This may very well be the single perfect description of expo tags!

So I'll see you there? ;-)


----------



## grizzly (Jun 3, 2012)

The problem is that whole RFP game allowed everybody to see RMEF's bid and then write the criteria for the contract afterwards. 

They can then point to an "independent committee" and act like the decision was out of their hands. But who wrote the criteria? Could it be the same people that many believe want to fix the system?

I just hope our paranoia proves to be just that... paranoia. I hope I'm on here on Friday admitting my fears were unfounded. I guess we'll see.


----------



## elkfromabove (Apr 20, 2008)

While you won't be allowed to speak at the Wildlife Board meeting, there's nothing stopping you from sending an email, text or fax to Wildlife Board members with your opinion.


----------



## RandomElk16 (Sep 17, 2013)

grizzly said:


> The problem is that whole RFP game allowed everybody to see RMEF's bid


*
In theory*, the RFP shouldn't allow anyone to see RMEF's bid. That should have been kept private. BUT, we all know how that went...


----------



## grizzly (Jun 3, 2012)

RandomElk16 said:


> *
> In theory*, the RFP shouldn't allow anyone to see RMEF's bid. That should have been kept private. BUT, we all know how that went...

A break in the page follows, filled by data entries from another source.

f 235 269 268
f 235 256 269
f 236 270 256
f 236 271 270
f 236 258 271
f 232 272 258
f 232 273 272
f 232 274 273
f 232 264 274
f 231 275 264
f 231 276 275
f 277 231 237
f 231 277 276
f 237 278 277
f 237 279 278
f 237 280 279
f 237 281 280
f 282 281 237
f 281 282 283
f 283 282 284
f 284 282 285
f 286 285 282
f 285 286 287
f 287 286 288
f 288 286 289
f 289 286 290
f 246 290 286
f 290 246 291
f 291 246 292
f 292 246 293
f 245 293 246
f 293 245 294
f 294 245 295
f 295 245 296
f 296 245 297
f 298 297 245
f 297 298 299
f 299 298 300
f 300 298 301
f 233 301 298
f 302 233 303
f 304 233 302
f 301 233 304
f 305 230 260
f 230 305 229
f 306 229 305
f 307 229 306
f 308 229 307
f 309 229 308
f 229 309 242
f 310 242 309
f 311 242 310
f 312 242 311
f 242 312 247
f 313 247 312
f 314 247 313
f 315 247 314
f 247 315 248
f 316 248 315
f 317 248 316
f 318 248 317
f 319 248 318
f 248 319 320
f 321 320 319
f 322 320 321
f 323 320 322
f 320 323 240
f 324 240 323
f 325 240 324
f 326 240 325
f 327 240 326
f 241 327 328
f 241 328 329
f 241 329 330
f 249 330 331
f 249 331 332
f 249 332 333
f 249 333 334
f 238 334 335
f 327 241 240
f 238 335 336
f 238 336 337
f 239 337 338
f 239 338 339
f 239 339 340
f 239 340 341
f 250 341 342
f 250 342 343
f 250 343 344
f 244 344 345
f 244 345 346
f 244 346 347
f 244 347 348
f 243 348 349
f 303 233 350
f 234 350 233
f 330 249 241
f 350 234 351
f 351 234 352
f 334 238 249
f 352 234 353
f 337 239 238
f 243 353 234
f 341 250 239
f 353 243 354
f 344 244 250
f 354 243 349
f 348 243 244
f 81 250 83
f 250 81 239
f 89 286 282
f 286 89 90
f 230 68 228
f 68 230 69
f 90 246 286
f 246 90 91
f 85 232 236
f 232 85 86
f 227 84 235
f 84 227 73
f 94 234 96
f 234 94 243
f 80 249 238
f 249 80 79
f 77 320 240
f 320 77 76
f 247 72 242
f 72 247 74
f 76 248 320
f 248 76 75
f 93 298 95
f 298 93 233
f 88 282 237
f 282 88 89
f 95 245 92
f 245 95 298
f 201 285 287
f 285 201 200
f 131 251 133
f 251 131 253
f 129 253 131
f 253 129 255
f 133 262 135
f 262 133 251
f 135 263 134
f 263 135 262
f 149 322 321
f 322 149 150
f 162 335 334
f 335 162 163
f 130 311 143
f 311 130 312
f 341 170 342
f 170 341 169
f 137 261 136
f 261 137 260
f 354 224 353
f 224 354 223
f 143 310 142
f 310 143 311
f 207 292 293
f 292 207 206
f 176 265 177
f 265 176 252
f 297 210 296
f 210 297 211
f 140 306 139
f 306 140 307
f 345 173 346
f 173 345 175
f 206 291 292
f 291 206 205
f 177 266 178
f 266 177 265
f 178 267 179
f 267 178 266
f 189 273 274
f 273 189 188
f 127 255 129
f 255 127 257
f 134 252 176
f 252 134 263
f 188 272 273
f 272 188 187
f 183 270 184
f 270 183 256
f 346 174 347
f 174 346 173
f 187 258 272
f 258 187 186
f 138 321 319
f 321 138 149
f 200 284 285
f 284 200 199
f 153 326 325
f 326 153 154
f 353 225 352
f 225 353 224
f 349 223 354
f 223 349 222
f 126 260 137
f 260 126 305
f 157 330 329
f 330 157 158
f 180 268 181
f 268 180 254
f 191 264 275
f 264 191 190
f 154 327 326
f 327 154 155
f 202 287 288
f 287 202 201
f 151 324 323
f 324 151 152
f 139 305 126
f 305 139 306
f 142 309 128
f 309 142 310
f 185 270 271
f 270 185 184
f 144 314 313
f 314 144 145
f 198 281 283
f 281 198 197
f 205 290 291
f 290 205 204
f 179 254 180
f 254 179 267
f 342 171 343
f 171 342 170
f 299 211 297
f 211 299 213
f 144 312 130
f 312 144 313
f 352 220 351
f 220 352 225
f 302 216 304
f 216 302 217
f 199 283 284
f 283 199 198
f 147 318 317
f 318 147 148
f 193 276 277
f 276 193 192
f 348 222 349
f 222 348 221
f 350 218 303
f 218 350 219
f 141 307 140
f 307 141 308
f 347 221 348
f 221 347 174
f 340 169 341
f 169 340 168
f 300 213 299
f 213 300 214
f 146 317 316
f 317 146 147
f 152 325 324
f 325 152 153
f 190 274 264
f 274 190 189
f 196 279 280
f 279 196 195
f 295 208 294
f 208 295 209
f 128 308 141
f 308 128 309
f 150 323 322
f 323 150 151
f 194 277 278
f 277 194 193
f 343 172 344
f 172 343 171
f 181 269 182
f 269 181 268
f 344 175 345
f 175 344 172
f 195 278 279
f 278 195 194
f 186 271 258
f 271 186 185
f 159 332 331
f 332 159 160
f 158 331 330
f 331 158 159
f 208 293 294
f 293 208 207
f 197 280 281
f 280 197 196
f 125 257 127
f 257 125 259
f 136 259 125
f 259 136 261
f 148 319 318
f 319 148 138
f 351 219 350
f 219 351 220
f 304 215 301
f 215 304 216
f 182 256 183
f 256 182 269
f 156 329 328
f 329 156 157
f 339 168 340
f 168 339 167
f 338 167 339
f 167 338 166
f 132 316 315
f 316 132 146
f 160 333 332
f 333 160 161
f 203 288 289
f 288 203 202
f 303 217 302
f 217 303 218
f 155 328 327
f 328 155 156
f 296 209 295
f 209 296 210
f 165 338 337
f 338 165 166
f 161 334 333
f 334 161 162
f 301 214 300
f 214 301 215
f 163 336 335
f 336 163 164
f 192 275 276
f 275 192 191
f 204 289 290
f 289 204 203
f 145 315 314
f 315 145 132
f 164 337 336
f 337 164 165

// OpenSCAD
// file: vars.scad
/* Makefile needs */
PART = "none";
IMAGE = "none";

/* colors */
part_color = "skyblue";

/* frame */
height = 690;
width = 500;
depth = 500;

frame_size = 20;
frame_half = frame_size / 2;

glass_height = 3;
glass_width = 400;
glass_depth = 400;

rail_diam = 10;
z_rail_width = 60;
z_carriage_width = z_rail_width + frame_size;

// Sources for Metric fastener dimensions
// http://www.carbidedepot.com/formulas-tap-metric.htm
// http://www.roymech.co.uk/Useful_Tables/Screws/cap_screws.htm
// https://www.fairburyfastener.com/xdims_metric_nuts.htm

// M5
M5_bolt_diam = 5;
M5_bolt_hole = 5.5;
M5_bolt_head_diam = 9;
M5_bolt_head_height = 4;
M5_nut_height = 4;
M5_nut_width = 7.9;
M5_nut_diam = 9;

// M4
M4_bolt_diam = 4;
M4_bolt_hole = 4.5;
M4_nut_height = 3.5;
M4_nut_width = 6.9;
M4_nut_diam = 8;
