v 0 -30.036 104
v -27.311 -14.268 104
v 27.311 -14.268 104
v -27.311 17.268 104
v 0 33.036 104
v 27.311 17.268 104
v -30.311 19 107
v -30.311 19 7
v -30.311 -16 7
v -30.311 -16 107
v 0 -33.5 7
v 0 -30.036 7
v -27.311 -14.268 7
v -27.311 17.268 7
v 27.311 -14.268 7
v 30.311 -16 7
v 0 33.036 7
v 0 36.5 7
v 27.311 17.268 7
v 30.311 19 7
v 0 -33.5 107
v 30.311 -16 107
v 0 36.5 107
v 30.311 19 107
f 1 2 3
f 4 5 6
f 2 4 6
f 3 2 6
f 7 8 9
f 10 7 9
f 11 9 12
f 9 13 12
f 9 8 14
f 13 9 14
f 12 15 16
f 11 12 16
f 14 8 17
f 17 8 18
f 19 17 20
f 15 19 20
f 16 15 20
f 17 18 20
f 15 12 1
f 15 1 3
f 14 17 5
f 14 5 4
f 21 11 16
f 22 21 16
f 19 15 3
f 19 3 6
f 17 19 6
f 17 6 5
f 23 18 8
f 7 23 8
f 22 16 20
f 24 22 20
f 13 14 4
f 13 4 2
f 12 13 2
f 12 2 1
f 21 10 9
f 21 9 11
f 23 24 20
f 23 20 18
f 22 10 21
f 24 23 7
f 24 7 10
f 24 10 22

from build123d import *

# Parameters (mm, degrees)
PAD003_DEPTH   = 100
THICKNESS001_T = -3


with BuildPart() as part:
    # Sketch004 → Pad003 (new body)
    with BuildSketch(Plane.XY):
        Polygon((0, -35), (30.310889, -17.5), (30.310889, 17.5), (0, 35), (-30.310889, 17.5), (-30.310889, -17.5), align=None)
    extrude(amount=PAD003_DEPTH)

    # Thickness001
    thickness001_openings = [part.faces().sort_by_distance(p)[0] for p in [
        (0, 0, 0),
    ]]
    offset(amount=THICKNESS001_T, openings=thickness001_openings)


with BuildPart() as part_1:
    # Body001 placement: moved
    add(part.part.moved(Location((0, 1.5, 7))))


solid = part_1.part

Yes we do. Because there wasn't an RFP until after they turned in their bid.

I hope somebody starts letting their friends hunt on their tags, and then point out to DWR it was "mentioned" to allow party hunting.

"Mentioning" makes it law, right?

EDIT: If this looks in the least bit untoward after the bid is awarded, I'll donate $100 to anybody that wants to start a fund to hire an attorney to dig into the actual happenings of the process.


----------



## #1DEER 1-I (Sep 10, 2007)

There's more than just people in Utah awaiting this decision. We will learn on Friday how deep rooted corruption is. If SFW is the name pulled out of the hat, Utah will keep its reputation of stupidity and corruption in good standing on a national scale. RMEF stepped up to the plate and did the right thing without being forced their hand. If they don't get this contract they can up it to 500 tags, I'll never attend the expo again, and spend more of my money out of state.


----------



## goofy elk (Dec 16, 2007)

The Utah DWR and SFW have connections tighter than siamese twins!

And both the conservation and expo permits are life blood ......

Despite the effort, I don't see the two separating at this time..

SFW's name will be pulled out of the hat again Friday....JMHO.


----------



## Igottabigone (Oct 4, 2007)

#1DEER 1-I said:


> There's more than just people in Utah awaiting this decision. We will learn on Friday how deep rooted corruption is. If SFW is the name pulled out of the hat, Utah will keep its reputation of stupidity and corruption in good standing on a national scale. RMEF stepped up to the plate and did the right thing without being forced their hand. If they don't get this contract they can up it to 500 tags, I'll never attend the expo again, and spend more of my money out of state.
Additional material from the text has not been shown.